Lines from the top of the listing down to the one with "A parametric FreeCAD", inclusive, are to be copied exactly.

————

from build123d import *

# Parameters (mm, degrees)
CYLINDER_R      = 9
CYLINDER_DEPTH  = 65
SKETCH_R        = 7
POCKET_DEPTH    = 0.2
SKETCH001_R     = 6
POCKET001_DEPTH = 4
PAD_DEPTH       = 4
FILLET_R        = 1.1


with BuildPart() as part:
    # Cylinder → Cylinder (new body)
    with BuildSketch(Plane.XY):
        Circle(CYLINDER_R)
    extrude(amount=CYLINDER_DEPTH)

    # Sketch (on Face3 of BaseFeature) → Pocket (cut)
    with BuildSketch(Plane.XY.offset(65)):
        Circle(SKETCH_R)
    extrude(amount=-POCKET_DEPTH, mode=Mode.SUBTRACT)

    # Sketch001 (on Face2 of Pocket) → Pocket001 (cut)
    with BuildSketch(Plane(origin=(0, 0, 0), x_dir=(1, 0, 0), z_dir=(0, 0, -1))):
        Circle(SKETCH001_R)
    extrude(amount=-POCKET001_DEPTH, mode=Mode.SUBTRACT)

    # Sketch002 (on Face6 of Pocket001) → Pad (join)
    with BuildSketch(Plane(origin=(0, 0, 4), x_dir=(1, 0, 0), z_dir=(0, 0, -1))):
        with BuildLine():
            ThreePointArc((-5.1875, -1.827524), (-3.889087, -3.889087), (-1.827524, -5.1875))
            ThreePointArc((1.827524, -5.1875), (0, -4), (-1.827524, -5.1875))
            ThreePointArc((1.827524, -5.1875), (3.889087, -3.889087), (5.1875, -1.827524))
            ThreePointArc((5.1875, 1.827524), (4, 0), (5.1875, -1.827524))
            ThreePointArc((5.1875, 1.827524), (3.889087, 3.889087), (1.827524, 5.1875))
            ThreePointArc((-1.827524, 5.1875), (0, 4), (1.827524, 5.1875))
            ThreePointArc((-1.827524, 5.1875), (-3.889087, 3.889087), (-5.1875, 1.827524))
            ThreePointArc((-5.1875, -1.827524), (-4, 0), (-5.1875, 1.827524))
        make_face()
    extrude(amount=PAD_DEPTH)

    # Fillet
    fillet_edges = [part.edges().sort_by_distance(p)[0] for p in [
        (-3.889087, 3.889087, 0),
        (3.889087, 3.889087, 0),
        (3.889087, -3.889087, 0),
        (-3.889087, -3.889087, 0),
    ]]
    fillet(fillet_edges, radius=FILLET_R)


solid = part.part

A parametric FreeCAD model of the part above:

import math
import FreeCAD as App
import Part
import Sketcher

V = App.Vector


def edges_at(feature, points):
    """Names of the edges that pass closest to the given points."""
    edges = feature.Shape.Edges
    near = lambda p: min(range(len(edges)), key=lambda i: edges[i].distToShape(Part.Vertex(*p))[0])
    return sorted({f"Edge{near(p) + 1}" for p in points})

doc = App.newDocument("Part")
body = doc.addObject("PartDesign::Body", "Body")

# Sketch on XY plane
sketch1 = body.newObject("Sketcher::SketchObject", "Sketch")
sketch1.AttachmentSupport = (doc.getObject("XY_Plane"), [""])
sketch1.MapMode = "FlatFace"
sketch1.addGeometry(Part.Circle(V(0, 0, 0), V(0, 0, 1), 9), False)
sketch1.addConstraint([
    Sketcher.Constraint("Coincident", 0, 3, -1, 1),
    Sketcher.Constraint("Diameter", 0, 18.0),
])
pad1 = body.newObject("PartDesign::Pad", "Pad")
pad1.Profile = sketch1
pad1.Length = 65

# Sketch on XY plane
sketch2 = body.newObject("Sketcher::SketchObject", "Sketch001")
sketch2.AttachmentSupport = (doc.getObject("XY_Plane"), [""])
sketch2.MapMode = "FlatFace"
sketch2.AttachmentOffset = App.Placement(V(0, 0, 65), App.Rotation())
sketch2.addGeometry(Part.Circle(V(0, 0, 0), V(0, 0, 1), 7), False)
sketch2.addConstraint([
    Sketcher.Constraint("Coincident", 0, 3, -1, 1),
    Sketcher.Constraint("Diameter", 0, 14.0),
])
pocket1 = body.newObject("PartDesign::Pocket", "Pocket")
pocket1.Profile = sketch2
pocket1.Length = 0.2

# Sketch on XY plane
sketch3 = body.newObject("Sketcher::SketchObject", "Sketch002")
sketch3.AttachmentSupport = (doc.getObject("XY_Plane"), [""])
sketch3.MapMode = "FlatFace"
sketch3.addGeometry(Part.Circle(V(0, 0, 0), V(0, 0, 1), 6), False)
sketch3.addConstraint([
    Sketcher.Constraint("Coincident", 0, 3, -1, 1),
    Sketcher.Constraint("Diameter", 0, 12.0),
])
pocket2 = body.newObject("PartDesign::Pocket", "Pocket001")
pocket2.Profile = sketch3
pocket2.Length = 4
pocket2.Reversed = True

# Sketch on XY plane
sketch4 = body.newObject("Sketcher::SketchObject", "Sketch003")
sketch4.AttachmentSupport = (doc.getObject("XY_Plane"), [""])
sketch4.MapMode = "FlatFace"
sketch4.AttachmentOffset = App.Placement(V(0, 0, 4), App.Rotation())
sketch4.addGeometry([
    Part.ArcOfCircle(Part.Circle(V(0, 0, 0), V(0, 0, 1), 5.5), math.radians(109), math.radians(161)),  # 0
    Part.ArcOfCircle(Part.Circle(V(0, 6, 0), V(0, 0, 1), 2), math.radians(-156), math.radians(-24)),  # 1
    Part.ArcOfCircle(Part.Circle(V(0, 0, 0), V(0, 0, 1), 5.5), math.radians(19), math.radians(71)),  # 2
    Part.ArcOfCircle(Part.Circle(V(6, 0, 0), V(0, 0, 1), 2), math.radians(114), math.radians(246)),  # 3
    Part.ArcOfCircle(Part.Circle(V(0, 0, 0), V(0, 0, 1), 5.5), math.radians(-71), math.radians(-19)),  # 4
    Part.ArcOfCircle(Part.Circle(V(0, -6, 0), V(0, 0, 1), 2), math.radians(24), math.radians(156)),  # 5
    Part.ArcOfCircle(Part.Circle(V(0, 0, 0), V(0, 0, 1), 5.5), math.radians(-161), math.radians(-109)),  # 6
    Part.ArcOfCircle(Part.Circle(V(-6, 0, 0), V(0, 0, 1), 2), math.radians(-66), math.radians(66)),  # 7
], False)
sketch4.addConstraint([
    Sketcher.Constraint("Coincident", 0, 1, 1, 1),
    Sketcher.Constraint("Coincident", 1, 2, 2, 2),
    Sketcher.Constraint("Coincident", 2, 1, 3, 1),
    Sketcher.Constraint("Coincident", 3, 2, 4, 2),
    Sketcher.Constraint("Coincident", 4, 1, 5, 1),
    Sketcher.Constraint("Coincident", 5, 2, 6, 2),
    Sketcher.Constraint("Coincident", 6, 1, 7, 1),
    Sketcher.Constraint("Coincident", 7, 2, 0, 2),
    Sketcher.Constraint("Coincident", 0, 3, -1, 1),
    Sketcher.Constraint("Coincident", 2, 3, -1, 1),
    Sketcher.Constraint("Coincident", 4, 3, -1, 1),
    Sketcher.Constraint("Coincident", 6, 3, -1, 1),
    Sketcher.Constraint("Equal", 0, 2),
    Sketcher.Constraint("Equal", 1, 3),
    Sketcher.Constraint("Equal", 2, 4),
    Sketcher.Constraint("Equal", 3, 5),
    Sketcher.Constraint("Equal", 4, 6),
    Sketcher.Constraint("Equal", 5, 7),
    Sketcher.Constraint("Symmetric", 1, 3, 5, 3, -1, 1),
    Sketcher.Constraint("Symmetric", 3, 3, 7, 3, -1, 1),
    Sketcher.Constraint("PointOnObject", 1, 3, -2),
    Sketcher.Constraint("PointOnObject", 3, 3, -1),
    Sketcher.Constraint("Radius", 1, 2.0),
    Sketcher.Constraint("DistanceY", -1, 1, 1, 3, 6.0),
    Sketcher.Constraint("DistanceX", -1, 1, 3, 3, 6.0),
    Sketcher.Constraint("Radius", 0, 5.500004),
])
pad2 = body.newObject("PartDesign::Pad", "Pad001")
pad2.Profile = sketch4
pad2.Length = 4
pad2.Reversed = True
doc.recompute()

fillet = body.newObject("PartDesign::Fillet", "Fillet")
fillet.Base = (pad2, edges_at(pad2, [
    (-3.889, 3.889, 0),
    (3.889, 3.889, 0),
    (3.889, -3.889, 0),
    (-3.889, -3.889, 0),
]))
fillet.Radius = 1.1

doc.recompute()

————

Result of this exercise:
from build123d import *

# Parameters (mm, degrees)
CYLINDER_R      = 9
CYLINDER_DEPTH  = 65
SKETCH_R        = 7
POCKET_DEPTH    = 0.2
SKETCH001_R     = 6
POCKET001_DEPTH = 4
PAD_DEPTH       = 4
FILLET_R        = 1.1


with BuildPart() as part:
    # Cylinder → Cylinder (new body)
    with BuildSketch(Plane.XY):
        Circle(CYLINDER_R)
    extrude(amount=CYLINDER_DEPTH)

    # Sketch (on Face3 of BaseFeature) → Pocket (cut)
    with BuildSketch(Plane.XY.offset(65)):
        Circle(SKETCH_R)
    extrude(amount=-POCKET_DEPTH, mode=Mode.SUBTRACT)

    # Sketch001 (on Face2 of Pocket) → Pocket001 (cut)
    with BuildSketch(Plane(origin=(0, 0, 0), x_dir=(1, 0, 0), z_dir=(0, 0, -1))):
        Circle(SKETCH001_R)
    extrude(amount=-POCKET001_DEPTH, mode=Mode.SUBTRACT)

    # Sketch002 (on Face6 of Pocket001) → Pad (join)
    with BuildSketch(Plane(origin=(0, 0, 4), x_dir=(1, 0, 0), z_dir=(0, 0, -1))):
        with BuildLine():
            ThreePointArc((-5.1875, -1.827524), (-3.889087, -3.889087), (-1.827524, -5.1875))
            ThreePointArc((1.827524, -5.1875), (0, -4), (-1.827524, -5.1875))
            ThreePointArc((1.827524, -5.1875), (3.889087, -3.889087), (5.1875, -1.827524))
            ThreePointArc((5.1875, 1.827524), (4, 0), (5.1875, -1.827524))
            ThreePointArc((5.1875, 1.827524), (3.889087, 3.889087), (1.827524, 5.1875))
            ThreePointArc((-1.827524, 5.1875), (0, 4), (1.827524, 5.1875))
            ThreePointArc((-1.827524, 5.1875), (-3.889087, 3.889087), (-5.1875, 1.827524))
            ThreePointArc((-5.1875, -1.827524), (-4, 0), (-5.1875, 1.827524))
        make_face()
    extrude(amount=PAD_DEPTH)

    # Fillet
    fillet_edges = [part.edges().sort_by_distance(p)[0] for p in [
        (-3.889087, 3.889087, 0),
        (3.889087, 3.889087, 0),
        (3.889087, -3.889087, 0),
        (-3.889087, -3.889087, 0),
    ]]
    fillet(fillet_edges, radius=FILLET_R)


solid = part.part

A parametric FreeCAD model of the part above:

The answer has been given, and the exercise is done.